Martha was attending full-scale meetings within eight days of the birth and managed to avoid any impression of juggling simultaneous brand-new motherhood and the making of a $14 million movie. That was her mission, which she achieved admirably, but it wasn't the breeze she made it out to be.
"I've pulled something off under enormous duress," Martha says. "He's a healthy baby and the shooting of the film went healthily, but I often felt like a sort of donkey-and-cart in a mad cartoon in which the donkey is pulling an impossibly large load which causes all four feet to splay out at right angles to his body. It required great concentration and planning, back-up in the form of two nannies and a very supportive husband. Shooting a film necessitates long working hours -- your home becomes simply the place where you sleep a few hours at night, for virtually seven days a week.
"Juggling motherhood with this level of commitment is a real conundrum. You get to the 20th century and, as a woman of the Western world, you are given your right to be intelligent, to express yourself -- indeed many women have fought for you to be able to do so. And you are responding. Then, just at that point in your professional life when you are beginning to reap what you've sown, the biological clock starts ticking. Problem. We didn't see this one coming, girls.

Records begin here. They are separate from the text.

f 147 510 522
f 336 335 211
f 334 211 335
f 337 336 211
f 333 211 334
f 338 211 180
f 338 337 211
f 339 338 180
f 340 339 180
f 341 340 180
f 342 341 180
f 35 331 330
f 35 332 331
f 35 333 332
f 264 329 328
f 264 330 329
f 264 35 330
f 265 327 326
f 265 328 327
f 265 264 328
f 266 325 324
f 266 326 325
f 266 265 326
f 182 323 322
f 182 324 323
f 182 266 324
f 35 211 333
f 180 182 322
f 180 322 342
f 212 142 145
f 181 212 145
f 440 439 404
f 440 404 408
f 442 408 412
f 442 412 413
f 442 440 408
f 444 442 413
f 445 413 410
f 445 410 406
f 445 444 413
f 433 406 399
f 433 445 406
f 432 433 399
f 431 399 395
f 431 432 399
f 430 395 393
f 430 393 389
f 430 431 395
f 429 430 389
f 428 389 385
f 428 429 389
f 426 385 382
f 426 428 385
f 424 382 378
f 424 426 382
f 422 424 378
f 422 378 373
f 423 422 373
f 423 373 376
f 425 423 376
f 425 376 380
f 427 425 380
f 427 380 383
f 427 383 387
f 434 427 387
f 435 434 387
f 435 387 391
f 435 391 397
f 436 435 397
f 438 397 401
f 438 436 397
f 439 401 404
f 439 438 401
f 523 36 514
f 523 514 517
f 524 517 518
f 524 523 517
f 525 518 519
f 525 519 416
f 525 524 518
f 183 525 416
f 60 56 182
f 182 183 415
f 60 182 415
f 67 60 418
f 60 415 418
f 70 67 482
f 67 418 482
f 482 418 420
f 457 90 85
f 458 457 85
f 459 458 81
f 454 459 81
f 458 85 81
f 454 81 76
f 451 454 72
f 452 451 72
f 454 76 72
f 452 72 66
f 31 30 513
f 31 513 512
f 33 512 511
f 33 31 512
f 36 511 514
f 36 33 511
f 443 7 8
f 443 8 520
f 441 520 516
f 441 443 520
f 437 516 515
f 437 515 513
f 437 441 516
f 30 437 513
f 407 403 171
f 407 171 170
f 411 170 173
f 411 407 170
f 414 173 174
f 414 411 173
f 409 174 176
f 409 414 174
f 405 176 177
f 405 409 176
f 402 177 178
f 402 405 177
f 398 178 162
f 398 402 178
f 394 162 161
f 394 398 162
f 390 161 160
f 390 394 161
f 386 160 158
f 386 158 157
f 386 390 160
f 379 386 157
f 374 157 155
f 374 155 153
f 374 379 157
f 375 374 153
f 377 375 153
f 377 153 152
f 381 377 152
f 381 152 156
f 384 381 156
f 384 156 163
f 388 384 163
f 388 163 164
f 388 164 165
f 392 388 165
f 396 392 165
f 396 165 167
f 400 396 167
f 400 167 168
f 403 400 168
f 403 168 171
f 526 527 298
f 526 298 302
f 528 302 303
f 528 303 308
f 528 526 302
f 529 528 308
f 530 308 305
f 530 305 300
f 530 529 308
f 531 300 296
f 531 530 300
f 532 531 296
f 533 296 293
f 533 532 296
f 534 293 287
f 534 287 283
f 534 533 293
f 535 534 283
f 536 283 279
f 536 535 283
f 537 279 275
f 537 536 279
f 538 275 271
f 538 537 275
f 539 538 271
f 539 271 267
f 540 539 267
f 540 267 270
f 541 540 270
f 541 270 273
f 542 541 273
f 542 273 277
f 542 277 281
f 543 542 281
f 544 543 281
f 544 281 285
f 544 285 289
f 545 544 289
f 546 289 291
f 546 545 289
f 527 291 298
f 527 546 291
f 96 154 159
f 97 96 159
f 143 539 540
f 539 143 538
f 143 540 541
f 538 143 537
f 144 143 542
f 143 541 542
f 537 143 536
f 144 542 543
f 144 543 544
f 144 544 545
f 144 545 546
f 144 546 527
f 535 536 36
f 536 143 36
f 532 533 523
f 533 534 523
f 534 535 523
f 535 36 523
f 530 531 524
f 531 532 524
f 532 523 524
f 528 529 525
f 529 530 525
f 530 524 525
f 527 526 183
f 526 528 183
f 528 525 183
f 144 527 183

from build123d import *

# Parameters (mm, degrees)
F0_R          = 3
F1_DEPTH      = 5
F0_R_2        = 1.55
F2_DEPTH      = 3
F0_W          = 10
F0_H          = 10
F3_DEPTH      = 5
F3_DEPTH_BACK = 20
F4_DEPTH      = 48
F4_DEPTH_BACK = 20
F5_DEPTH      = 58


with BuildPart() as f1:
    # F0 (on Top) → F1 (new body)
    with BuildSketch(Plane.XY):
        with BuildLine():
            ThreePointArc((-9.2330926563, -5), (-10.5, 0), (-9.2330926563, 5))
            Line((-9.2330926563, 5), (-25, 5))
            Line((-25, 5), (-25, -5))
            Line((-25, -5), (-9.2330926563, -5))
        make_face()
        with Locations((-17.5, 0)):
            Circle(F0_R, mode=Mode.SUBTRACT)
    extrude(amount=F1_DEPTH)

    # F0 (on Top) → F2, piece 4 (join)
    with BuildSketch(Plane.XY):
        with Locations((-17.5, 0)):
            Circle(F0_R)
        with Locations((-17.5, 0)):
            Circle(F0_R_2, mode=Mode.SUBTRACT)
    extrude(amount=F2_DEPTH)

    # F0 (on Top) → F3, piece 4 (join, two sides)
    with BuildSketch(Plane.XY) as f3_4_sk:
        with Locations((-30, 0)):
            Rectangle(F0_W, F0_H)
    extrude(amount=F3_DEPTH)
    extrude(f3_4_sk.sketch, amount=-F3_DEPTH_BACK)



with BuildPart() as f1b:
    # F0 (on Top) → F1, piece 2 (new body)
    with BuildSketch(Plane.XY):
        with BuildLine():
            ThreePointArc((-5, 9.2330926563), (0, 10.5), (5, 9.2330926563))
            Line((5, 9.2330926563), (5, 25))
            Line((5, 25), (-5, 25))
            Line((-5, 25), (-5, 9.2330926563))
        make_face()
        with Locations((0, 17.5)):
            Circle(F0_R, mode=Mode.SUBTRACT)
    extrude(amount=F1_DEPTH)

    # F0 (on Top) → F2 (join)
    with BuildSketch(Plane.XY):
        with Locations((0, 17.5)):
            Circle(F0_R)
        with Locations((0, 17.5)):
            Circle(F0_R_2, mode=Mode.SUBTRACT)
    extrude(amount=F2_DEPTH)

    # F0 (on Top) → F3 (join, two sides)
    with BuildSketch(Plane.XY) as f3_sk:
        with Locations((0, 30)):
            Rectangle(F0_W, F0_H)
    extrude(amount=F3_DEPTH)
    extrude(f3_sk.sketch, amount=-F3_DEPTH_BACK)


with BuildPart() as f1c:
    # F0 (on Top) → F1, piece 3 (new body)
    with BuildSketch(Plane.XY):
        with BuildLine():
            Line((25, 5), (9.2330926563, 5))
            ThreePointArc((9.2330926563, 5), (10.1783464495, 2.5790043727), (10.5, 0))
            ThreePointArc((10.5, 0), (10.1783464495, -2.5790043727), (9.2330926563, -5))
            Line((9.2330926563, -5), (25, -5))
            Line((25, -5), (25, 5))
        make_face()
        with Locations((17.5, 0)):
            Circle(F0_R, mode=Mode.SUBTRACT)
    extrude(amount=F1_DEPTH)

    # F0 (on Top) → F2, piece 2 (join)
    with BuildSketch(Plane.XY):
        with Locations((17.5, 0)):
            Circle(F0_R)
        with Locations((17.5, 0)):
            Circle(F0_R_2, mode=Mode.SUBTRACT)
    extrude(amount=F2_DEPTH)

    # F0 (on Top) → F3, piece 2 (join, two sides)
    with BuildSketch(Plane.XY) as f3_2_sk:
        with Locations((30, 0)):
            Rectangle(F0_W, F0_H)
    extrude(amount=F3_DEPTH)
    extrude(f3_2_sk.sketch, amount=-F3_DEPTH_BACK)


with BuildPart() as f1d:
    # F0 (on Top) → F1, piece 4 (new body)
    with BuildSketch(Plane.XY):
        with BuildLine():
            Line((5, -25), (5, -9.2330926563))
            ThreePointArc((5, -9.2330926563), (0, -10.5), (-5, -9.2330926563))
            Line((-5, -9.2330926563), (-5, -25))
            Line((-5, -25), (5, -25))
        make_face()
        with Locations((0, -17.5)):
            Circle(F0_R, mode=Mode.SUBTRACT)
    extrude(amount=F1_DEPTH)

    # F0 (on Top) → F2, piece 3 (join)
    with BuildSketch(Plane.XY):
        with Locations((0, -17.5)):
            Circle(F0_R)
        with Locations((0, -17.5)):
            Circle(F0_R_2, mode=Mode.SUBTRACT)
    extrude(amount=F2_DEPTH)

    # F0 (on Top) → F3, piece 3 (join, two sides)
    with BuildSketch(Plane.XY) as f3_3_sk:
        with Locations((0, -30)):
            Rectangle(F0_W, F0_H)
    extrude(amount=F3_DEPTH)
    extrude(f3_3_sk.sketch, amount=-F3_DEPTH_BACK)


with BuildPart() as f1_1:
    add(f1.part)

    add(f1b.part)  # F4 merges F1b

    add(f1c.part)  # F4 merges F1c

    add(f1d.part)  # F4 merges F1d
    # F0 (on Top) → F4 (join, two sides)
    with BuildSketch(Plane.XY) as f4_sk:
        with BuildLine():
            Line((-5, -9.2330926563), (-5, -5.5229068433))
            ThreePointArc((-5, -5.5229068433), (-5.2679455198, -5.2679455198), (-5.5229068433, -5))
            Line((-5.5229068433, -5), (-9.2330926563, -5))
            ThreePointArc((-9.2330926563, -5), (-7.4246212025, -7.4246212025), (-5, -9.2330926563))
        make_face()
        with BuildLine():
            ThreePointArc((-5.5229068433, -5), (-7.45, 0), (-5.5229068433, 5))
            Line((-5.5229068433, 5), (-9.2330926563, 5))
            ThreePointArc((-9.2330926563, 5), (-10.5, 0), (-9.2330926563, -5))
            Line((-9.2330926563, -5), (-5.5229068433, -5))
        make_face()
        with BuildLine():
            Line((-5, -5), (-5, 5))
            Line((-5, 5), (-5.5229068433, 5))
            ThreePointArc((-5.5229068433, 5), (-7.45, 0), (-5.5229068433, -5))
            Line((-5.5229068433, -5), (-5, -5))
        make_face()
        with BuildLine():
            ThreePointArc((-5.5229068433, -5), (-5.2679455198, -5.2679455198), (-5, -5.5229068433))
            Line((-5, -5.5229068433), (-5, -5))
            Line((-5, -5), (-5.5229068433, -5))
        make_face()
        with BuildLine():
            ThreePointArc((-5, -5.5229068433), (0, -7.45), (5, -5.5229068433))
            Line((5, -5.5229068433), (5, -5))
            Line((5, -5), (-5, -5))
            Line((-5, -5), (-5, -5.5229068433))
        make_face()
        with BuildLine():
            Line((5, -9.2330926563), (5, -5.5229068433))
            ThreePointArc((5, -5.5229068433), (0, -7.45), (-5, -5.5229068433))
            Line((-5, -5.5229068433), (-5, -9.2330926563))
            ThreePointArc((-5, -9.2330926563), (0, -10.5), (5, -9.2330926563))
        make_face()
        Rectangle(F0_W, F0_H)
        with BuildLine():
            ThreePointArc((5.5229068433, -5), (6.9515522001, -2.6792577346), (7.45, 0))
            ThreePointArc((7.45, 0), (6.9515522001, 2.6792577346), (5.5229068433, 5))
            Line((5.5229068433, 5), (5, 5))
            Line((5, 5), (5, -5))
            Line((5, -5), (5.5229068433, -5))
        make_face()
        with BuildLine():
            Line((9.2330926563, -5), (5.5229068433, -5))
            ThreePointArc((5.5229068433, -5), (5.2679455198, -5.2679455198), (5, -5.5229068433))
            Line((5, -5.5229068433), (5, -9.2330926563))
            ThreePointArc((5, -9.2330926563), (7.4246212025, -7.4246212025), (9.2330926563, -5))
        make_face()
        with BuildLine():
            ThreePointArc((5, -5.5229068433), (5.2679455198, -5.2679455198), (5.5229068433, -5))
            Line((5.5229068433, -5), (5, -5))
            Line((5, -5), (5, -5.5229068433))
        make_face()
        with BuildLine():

"I don't ever want to be seen as a role model, a perfect example that you can do both, because it is so bloody difficult. Even with the system in place, you worry about it all the time. I'm glad I didn't appear to be juggling: I'll never let on and you'll never see it. My work has my 100 per cent commitment - I love it -- but I'm clutching my mobile and, whenever it goes, my heart jumps and thinking it's something about the children.
"I know I am not alone in feeling that one's children are very lame excuse for anything out there in the "working world." As a woman, my instinct is that you should make a great attempt to cover your tracks should your responsibilities to your children ever manifest themselves in a way that may cause the very least change to your professional working day. I'm not sure why this is, but it is strongly felt. Is it because the nurturing nature of motherhood so quickly lets nothing stand in its way? I can't afford dependents -- the film is my dependent, its economics demand it, and understandably so. Help!"

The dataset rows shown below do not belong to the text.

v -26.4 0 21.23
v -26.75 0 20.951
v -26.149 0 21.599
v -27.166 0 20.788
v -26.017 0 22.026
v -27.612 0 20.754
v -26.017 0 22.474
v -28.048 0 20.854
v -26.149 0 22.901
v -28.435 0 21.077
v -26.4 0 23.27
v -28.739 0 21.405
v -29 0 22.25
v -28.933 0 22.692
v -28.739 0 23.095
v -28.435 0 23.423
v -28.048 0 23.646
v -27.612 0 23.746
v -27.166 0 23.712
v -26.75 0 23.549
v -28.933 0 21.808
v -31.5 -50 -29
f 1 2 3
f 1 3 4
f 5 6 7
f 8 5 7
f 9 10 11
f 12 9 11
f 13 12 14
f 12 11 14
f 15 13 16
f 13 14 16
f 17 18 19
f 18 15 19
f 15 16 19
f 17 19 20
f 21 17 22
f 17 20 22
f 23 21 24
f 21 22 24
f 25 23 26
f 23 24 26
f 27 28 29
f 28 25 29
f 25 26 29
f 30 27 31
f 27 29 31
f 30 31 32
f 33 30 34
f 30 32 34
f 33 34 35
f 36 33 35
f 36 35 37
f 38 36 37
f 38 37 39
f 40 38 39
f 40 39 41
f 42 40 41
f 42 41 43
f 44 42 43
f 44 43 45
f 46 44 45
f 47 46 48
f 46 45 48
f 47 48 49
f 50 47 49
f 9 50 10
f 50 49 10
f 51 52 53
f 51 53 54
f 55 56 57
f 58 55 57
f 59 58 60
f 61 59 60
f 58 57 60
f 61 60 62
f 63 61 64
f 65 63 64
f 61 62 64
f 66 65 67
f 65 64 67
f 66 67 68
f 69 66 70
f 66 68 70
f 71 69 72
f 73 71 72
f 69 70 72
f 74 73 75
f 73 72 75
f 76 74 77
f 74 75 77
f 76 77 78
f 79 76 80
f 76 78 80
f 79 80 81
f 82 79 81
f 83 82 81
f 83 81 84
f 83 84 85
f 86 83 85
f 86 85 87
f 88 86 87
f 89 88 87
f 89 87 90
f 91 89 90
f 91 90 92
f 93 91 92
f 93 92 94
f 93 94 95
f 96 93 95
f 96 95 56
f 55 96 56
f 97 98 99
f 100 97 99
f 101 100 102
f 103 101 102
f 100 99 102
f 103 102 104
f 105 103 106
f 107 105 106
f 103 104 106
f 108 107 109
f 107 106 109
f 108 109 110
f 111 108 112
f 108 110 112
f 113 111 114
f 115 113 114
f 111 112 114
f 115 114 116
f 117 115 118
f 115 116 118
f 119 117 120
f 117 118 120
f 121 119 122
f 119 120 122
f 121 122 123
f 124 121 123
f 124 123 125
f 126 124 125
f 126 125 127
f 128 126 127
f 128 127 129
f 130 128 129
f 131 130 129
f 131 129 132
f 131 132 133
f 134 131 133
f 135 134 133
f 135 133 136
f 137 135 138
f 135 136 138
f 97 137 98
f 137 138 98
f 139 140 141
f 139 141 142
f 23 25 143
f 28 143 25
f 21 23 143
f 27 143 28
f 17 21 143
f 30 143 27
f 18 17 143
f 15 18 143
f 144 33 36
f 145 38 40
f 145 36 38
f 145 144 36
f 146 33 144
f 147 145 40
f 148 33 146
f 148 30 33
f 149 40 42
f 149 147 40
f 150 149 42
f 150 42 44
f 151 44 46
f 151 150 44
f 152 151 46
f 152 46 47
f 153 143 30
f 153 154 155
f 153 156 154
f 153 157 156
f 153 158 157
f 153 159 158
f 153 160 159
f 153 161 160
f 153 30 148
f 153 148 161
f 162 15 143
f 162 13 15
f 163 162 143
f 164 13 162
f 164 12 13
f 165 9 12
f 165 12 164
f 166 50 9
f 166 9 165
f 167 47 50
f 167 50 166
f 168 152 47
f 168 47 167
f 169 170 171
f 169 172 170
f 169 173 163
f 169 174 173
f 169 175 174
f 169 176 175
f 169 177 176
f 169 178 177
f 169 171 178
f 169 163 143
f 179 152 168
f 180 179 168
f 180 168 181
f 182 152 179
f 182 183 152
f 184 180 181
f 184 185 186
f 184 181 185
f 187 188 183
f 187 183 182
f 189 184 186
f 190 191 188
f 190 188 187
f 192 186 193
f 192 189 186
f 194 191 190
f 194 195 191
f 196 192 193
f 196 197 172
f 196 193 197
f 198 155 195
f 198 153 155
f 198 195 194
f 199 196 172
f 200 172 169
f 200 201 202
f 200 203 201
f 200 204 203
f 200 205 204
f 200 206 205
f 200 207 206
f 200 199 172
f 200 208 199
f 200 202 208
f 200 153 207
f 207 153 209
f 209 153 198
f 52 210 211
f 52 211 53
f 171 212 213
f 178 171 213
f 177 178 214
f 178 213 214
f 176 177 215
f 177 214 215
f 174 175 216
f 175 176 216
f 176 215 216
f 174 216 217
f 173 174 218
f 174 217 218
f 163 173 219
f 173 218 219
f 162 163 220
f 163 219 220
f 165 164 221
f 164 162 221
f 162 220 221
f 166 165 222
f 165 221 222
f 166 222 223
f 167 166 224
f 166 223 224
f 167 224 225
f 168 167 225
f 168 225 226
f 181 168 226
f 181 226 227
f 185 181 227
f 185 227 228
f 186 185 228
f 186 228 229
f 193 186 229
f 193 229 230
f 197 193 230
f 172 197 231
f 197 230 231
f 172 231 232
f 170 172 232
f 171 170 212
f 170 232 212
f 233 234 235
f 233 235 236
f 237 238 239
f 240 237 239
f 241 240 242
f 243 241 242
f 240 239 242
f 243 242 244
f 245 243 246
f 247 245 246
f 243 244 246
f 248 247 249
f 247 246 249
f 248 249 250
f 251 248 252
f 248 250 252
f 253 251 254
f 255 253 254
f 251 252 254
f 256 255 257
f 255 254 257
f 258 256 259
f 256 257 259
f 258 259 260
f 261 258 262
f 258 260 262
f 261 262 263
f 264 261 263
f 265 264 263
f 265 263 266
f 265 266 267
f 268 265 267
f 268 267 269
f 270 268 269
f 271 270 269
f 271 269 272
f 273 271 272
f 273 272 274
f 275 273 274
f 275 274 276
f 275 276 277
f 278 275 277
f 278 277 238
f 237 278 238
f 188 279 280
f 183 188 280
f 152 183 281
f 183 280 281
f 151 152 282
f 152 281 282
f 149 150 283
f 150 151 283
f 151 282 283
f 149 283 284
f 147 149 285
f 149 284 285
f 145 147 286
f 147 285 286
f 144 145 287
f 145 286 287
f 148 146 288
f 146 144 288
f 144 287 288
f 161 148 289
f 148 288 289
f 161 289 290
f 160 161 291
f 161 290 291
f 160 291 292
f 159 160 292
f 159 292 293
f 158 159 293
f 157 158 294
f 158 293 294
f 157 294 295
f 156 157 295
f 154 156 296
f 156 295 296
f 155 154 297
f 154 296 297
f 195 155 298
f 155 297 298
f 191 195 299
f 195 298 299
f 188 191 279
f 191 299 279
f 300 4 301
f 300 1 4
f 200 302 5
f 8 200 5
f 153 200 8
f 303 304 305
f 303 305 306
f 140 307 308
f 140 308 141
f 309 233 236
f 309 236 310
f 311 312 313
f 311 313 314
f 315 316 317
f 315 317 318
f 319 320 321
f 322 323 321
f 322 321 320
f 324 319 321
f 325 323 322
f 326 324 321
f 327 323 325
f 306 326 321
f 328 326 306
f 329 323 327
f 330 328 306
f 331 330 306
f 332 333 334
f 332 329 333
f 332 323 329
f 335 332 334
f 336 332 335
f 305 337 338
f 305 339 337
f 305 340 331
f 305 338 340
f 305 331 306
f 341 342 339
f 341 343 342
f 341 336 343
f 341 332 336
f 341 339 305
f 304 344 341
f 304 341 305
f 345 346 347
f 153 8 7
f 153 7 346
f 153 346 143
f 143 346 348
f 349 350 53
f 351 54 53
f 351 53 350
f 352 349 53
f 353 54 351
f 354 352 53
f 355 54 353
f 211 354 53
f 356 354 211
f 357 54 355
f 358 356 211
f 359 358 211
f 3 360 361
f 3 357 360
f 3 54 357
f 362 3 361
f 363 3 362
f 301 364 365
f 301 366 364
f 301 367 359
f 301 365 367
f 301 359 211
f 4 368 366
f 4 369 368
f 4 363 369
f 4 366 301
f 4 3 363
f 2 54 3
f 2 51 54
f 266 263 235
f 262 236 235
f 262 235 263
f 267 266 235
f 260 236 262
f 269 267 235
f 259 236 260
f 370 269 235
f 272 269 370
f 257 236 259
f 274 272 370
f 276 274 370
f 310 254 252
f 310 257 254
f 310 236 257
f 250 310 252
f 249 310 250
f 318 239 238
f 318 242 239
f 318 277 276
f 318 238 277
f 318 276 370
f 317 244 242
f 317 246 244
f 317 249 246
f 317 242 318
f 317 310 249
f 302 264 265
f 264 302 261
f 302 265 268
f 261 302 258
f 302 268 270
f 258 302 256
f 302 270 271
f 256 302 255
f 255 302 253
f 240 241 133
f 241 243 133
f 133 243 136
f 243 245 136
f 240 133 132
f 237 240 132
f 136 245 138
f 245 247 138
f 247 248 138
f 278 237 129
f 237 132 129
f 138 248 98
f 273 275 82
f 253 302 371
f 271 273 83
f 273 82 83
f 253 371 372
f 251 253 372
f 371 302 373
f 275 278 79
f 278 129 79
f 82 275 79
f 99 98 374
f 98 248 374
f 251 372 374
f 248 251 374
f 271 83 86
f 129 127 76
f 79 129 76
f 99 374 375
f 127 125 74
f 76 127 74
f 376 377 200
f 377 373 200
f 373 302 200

She says the experience has not put her off film-making. She has plans for a futuristic film, "but of an entirely domestic nature -- no conquering of planets, no star wars. I want to examine what we all might be like in terms of what we eat and whether or not we'll still be aging. I want it to be a domestic saga and a satire of our culture now."
The special-effects wizards are in for a good time if Martha pulls this
one off, although it should be a doddle compared to creating springtime
cold breath on the wastelands of Watford.